• _WHAT THE TASK REQUIRES_
Look through the entries that follow and return each line that has the string "blind".

[Opening GIVEN DATA section]

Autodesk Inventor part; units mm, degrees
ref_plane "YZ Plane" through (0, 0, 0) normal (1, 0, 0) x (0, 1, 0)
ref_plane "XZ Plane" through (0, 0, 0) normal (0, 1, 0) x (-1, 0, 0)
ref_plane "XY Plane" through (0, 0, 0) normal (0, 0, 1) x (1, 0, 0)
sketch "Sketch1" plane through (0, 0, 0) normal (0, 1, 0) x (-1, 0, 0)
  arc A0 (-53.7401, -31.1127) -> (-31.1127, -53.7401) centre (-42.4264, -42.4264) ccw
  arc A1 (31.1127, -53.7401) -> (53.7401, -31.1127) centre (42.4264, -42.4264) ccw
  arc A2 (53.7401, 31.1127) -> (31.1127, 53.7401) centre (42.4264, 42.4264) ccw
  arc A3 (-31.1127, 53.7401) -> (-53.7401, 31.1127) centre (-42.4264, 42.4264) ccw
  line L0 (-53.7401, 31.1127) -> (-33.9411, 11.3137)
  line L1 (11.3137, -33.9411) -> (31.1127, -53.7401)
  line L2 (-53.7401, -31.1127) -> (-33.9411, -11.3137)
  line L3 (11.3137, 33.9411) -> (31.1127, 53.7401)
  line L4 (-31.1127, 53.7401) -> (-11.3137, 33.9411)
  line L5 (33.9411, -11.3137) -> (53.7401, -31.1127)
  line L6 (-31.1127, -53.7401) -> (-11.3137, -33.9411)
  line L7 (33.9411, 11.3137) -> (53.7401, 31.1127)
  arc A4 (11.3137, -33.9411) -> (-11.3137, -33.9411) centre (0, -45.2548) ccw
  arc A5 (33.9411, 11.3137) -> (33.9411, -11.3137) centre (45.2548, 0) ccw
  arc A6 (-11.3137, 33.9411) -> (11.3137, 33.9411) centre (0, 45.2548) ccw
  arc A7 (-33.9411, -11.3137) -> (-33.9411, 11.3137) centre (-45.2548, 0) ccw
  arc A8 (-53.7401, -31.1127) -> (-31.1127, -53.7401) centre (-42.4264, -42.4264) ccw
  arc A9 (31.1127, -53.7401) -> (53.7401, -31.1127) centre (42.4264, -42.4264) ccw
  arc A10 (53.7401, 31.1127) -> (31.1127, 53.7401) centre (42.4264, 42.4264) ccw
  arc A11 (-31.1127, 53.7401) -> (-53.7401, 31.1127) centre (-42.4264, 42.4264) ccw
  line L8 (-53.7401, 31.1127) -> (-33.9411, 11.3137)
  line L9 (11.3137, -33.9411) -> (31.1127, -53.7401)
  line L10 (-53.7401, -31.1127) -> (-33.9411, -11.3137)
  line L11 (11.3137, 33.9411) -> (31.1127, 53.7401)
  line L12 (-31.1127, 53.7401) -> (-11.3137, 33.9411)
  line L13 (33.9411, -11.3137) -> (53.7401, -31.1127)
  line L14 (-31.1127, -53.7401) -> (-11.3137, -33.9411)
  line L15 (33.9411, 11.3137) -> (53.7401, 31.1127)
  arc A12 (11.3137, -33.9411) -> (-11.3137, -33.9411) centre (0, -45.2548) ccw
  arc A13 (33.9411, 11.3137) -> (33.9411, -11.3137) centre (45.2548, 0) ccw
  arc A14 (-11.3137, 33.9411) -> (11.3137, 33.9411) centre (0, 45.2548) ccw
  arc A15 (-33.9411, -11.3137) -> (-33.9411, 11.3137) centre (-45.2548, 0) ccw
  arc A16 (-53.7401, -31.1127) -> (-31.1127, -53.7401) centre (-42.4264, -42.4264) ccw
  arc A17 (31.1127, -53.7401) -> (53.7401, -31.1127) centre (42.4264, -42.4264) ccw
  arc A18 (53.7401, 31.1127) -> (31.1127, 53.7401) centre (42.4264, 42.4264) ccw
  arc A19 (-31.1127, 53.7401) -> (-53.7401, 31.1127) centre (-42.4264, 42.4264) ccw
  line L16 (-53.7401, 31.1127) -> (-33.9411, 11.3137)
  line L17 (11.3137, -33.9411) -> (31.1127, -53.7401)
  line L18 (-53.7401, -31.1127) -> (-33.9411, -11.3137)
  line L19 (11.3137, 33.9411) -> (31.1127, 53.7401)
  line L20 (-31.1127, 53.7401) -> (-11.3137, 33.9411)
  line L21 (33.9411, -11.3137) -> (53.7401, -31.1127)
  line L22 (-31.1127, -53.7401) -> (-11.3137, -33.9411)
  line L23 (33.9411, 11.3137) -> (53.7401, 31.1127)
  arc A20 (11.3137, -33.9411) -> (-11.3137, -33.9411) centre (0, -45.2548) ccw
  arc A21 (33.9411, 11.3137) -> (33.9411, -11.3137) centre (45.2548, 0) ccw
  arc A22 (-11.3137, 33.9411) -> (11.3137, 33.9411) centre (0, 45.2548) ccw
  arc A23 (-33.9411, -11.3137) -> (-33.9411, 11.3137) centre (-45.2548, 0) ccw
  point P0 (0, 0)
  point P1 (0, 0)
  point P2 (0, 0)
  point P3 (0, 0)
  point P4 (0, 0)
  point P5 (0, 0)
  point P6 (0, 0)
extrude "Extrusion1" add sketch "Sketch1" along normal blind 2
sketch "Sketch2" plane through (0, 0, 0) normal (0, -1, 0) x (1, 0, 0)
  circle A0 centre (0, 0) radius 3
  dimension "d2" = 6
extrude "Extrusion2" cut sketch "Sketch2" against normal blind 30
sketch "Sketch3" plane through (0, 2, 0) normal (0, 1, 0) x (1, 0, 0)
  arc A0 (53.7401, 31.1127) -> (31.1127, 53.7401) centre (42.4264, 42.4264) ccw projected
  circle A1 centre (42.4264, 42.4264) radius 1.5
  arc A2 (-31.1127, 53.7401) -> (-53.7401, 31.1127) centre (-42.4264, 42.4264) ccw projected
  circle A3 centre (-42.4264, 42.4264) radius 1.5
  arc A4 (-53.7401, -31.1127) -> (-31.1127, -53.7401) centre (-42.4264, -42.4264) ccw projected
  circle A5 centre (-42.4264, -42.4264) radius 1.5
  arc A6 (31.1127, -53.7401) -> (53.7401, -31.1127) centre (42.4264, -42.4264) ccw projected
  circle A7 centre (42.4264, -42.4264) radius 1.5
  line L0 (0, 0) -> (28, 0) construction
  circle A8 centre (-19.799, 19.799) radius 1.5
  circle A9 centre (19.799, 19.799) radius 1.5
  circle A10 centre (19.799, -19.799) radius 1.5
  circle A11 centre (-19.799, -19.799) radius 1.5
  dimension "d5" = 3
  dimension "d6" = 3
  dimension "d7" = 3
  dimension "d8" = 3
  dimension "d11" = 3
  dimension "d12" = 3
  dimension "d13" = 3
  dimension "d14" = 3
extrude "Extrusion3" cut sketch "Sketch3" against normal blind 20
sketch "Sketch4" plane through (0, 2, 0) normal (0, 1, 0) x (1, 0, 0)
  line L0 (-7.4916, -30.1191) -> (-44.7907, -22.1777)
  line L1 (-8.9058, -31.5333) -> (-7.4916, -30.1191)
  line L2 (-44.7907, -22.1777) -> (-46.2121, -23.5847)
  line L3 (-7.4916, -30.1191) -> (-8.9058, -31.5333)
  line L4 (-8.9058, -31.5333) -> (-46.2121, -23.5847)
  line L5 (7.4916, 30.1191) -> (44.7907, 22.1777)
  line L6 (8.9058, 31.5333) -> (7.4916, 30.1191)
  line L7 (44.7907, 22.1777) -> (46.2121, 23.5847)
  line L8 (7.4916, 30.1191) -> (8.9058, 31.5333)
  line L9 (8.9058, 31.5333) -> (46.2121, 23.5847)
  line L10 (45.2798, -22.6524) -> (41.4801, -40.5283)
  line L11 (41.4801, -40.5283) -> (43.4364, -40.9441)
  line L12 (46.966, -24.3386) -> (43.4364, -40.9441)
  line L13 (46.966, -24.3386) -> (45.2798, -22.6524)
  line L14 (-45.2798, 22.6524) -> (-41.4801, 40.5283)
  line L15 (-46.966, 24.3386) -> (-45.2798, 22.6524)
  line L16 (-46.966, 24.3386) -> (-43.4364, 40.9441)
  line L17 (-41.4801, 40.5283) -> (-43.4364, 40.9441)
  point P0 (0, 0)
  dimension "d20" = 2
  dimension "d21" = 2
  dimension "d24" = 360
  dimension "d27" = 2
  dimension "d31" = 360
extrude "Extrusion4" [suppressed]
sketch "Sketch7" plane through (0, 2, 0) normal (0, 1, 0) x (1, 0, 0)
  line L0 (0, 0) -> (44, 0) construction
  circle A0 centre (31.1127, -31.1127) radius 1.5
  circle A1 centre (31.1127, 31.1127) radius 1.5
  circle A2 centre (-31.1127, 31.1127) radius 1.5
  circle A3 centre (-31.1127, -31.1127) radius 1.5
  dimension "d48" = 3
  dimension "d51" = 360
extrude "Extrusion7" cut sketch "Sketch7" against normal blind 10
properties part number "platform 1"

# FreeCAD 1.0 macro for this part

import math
import FreeCAD as App
import Part
import Sketcher

V = App.Vector

doc = App.newDocument("Part")
body = doc.addObject("PartDesign::Body", "Body")

sketch1 = body.newObject("Sketcher::SketchObject", "Sketch")
sketch1.AttachmentSupport = (doc.getObject("XZ_Plane"), [""])
sketch1.MapMode = "FlatFace"
sketch1.addGeometry(Part.LineSegment(V(34, -11, 0), V(54, -31, 0)), False)
sketch1.addGeometry(Part.ArcOfCircle(Part.Circle(V(42, -42, 0), V(0, 0, 1), 16), math.radians(-135), math.radians(45)), False)
sketch1.addGeometry(Part.LineSegment(V(31, -54, 0), V(11, -34, 0)), False)
sketch1.addGeometry(Part.ArcOfCircle(Part.Circle(V(0, -45, 0), V(0, 0, 1), 16), math.radians(45), math.radians(135)), False)
sketch1.addGeometry(Part.LineSegment(V(-11, -34, 0), V(-31, -54, 0)), False)
sketch1.addGeometry(Part.ArcOfCircle(Part.Circle(V(-42, -42, 0), V(0, 0, 1), 16), math.radians(135), math.radians(315)), False)
sketch1.addGeometry(Part.LineSegment(V(-54, -31, 0), V(-34, -11, 0)), False)
sketch1.addGeometry(Part.ArcOfCircle(Part.Circle(V(-45, 0, 0), V(0, 0, 1), 16), math.radians(-45), math.radians(45)), False)
sketch1.addGeometry(Part.LineSegment(V(-34, 11, 0), V(-54, 31, 0)), False)
sketch1.addGeometry(Part.ArcOfCircle(Part.Circle(V(-42, 42, 0), V(0, 0, 1), 16), math.radians(45), math.radians(225)), False)
sketch1.addGeometry(Part.LineSegment(V(-31, 54, 0), V(-11, 34, 0)), False)
sketch1.addGeometry(Part.ArcOfCircle(Part.Circle(V(0, 45, 0), V(0, 0, 1), 16), math.radians(-135), math.radians(-45)), False)
sketch1.addGeometry(Part.LineSegment(V(11, 34, 0), V(31, 54, 0)), False)
sketch1.addGeometry(Part.ArcOfCircle(Part.Circle(V(42, 42, 0), V(0, 0, 1), 16), math.radians(-45), math.radians(135)), False)
sketch1.addGeometry(Part.LineSegment(V(54, 31, 0), V(34, 11, 0)), False)
sketch1.addGeometry(Part.ArcOfCircle(Part.Circle(V(45, 0, 0), V(0, 0, 1), 16), math.radians(135), math.radians(225)), False)
sketch1.addConstraint(Sketcher.Constraint("Tangent", 0, 2, 1, 2))
sketch1.addConstraint(Sketcher.Constraint("Tangent", 1, 1, 2, 1))
sketch1.addConstraint(Sketcher.Constraint("Tangent", 2, 2, 3, 1))
sketch1.addConstraint(Sketcher.Constraint("Tangent", 3, 2, 4, 1))
sketch1.addConstraint(Sketcher.Constraint("Tangent", 4, 2, 5, 2))
sketch1.addConstraint(Sketcher.Constraint("Tangent", 5, 1, 6, 1))
sketch1.addConstraint(Sketcher.Constraint("Tangent", 6, 2, 7, 1))
sketch1.addConstraint(Sketcher.Constraint("Tangent", 7, 2, 8, 1))
sketch1.addConstraint(Sketcher.Constraint("Tangent", 8, 2, 9, 2))
sketch1.addConstraint(Sketcher.Constraint("Tangent", 9, 1, 10, 1))
sketch1.addConstraint(Sketcher.Constraint("Tangent", 10, 2, 11, 1))
sketch1.addConstraint(Sketcher.Constraint("Tangent", 11, 2, 12, 1))
sketch1.addConstraint(Sketcher.Constraint("Tangent", 12, 2, 13, 2))
sketch1.addConstraint(Sketcher.Constraint("Tangent", 13, 1, 14, 1))
sketch1.addConstraint(Sketcher.Constraint("Tangent", 14, 2, 15, 1))
sketch1.addConstraint(Sketcher.Constraint("Tangent", 15, 2, 0, 1))
sketch1.addConstraint(Sketcher.Constraint("Equal", 1, 3))
sketch1.addConstraint(Sketcher.Constraint("Equal", 3, 5))
sketch1.addConstraint(Sketcher.Constraint("Equal", 5, 7))
sketch1.addConstraint(Sketcher.Constraint("Equal", 7, 9))
sketch1.addConstraint(Sketcher.Constraint("Equal", 9, 11))
sketch1.addConstraint(Sketcher.Constraint("Equal", 11, 13))
sketch1.addConstraint(Sketcher.Constraint("Equal", 13, 15))
sketch1.addConstraint(Sketcher.Constraint("Symmetric", 1, 3, 9, 3, -1, 1))
sketch1.addConstraint(Sketcher.Constraint("Symmetric", 3, 3, 11, 3, -1, 1))
sketch1.addConstraint(Sketcher.Constraint("Symmetric", 5, 3, 13, 3, -1, 1))
sketch1.addConstraint(Sketcher.Constraint("Symmetric", 7, 3, 15, 3, -1, 1))
sketch1.addConstraint(Sketcher.Constraint("Symmetric", 1, 3, 5, 3, -2))
sketch1.addConstraint(Sketcher.Constraint("PointOnObject", 3, 3, -2))
sketch1.addConstraint(Sketcher.Constraint("PointOnObject", 7, 3, -1))
sketch1.addConstraint(Sketcher.Constraint("Parallel", 0, 2))
sketch1.addConstraint(Sketcher.Constraint("Perpendicular", 2, 4))
sketch1.addConstraint(Sketcher.Constraint("Equal", 0, 2))
sketch1.addConstraint(Sketcher.Constraint("Radius", 1, 16.0))
sketch1.addConstraint(Sketcher.Constraint("Distance", 0, 28.0))
pad1 = body.newObject("PartDesign::Pad", "Pad")
pad1.Profile = sketch1
pad1.Length = 2
pad1.Reversed = True

sketch2 = body.newObject("Sketcher::SketchObject", "Sketch001")
sketch2.AttachmentSupport = (doc.getObject("XZ_Plane"), [""])
sketch2.MapMode = "FlatFace"
sketch2.addGeometry(Part.Circle(V(0, 0, 0), V(0, 0, 1), 3), False)
sketch2.addConstraint(Sketcher.Constraint("Coincident", 0, 3, -1, 1))
sketch2.addConstraint(Sketcher.Constraint("Diameter", 0, 6.0))
pocket1 = body.newObject("PartDesign::Pocket", "Pocket")
pocket1.Profile = sketch2
pocket1.Length = 30

sketch3 = body.newObject("Sketcher::SketchObject", "Sketch002")
sketch3.AttachmentSupport = (doc.getObject("XZ_Plane"), [""])
sketch3.MapMode = "FlatFace"
sketch3.AttachmentOffset = App.Placement(V(0, 0, -2), App.Rotation())
sketch3.addGeometry(Part.Circle(V(42.4, -42.4, 0), V(0, 0, 1), 1.5), False)
sketch3.addGeometry(Part.Circle(V(-42.4, -42.4, 0), V(0, 0, 1), 1.5), False)
sketch3.addGeometry(Part.Circle(V(-42.4, 42.4, 0), V(0, 0, 1), 1.5), False)
sketch3.addGeometry(Part.Circle(V(42.4, 42.4, 0), V(0, 0, 1), 1.5), False)
sketch3.addGeometry(Part.Circle(V(-19.8, -19.8, 0), V(0, 0, 1), 1.5), False)
sketch3.addGeometry(Part.Circle(V(19.8, -19.8, 0), V(0, 0, 1), 1.5), False)
sketch3.addGeometry(Part.Circle(V(19.8, 19.8, 0), V(0, 0, 1), 1.5), False)
sketch3.addGeometry(Part.Circle(V(-19.8, 19.8, 0), V(0, 0, 1), 1.5), False)
sketch3.addConstraint(Sketcher.Constraint("Equal", 0, 1))
sketch3.addConstraint(Sketcher.Constraint("Equal", 1, 2))
sketch3.addConstraint(Sketcher.Constraint("Equal", 2, 3))
sketch3.addConstraint(Sketcher.Constraint("Equal", 3, 4))
sketch3.addConstraint(Sketcher.Constraint("Equal", 4, 5))
sketch3.addConstraint(Sketcher.Constraint("Equal", 5, 6))
sketch3.addConstraint(Sketcher.Constraint("Equal", 6, 7))
sketch3.addConstraint(Sketcher.Constraint("Symmetric", 0, 3, 2, 3, -1, 1))
sketch3.addConstraint(Sketcher.Constraint("Symmetric", 1, 3, 3, 3, -1, 1))
sketch3.addConstraint(Sketcher.Constraint("Symmetric", 4, 3, 6, 3, -1, 1))
sketch3.addConstraint(Sketcher.Constraint("Symmetric", 5, 3, 7, 3, -1, 1))
sketch3.addConstraint(Sketcher.Constraint("Symmetric", 0, 3, 1, 3, -2))
sketch3.addConstraint(Sketcher.Constraint("Symmetric", 4, 3, 5, 3, -2))
sketch3.addConstraint(Sketcher.Constraint("Diameter", 0, 3.0))
sketch3.addConstraint(Sketcher.Constraint("DistanceX", 4, 3, -1, 1, 19.799))
sketch3.addConstraint(Sketcher.Constraint("DistanceY", 4, 3, -1, 1, 19.799))
sketch3.addConstraint(Sketcher.Constraint("DistanceX", -1, 1, 0, 3, 42.4264))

[Closing GIVEN DATA section]

• _RESULT OF THIS EXERCISE_
extrude "Extrusion1" add sketch "Sketch1" along normal blind 2
extrude "Extrusion2" cut sketch "Sketch2" against normal blind 30
extrude "Extrusion3" cut sketch "Sketch3" against normal blind 20
extrude "Extrusion7" cut sketch "Sketch7" against normal blind 10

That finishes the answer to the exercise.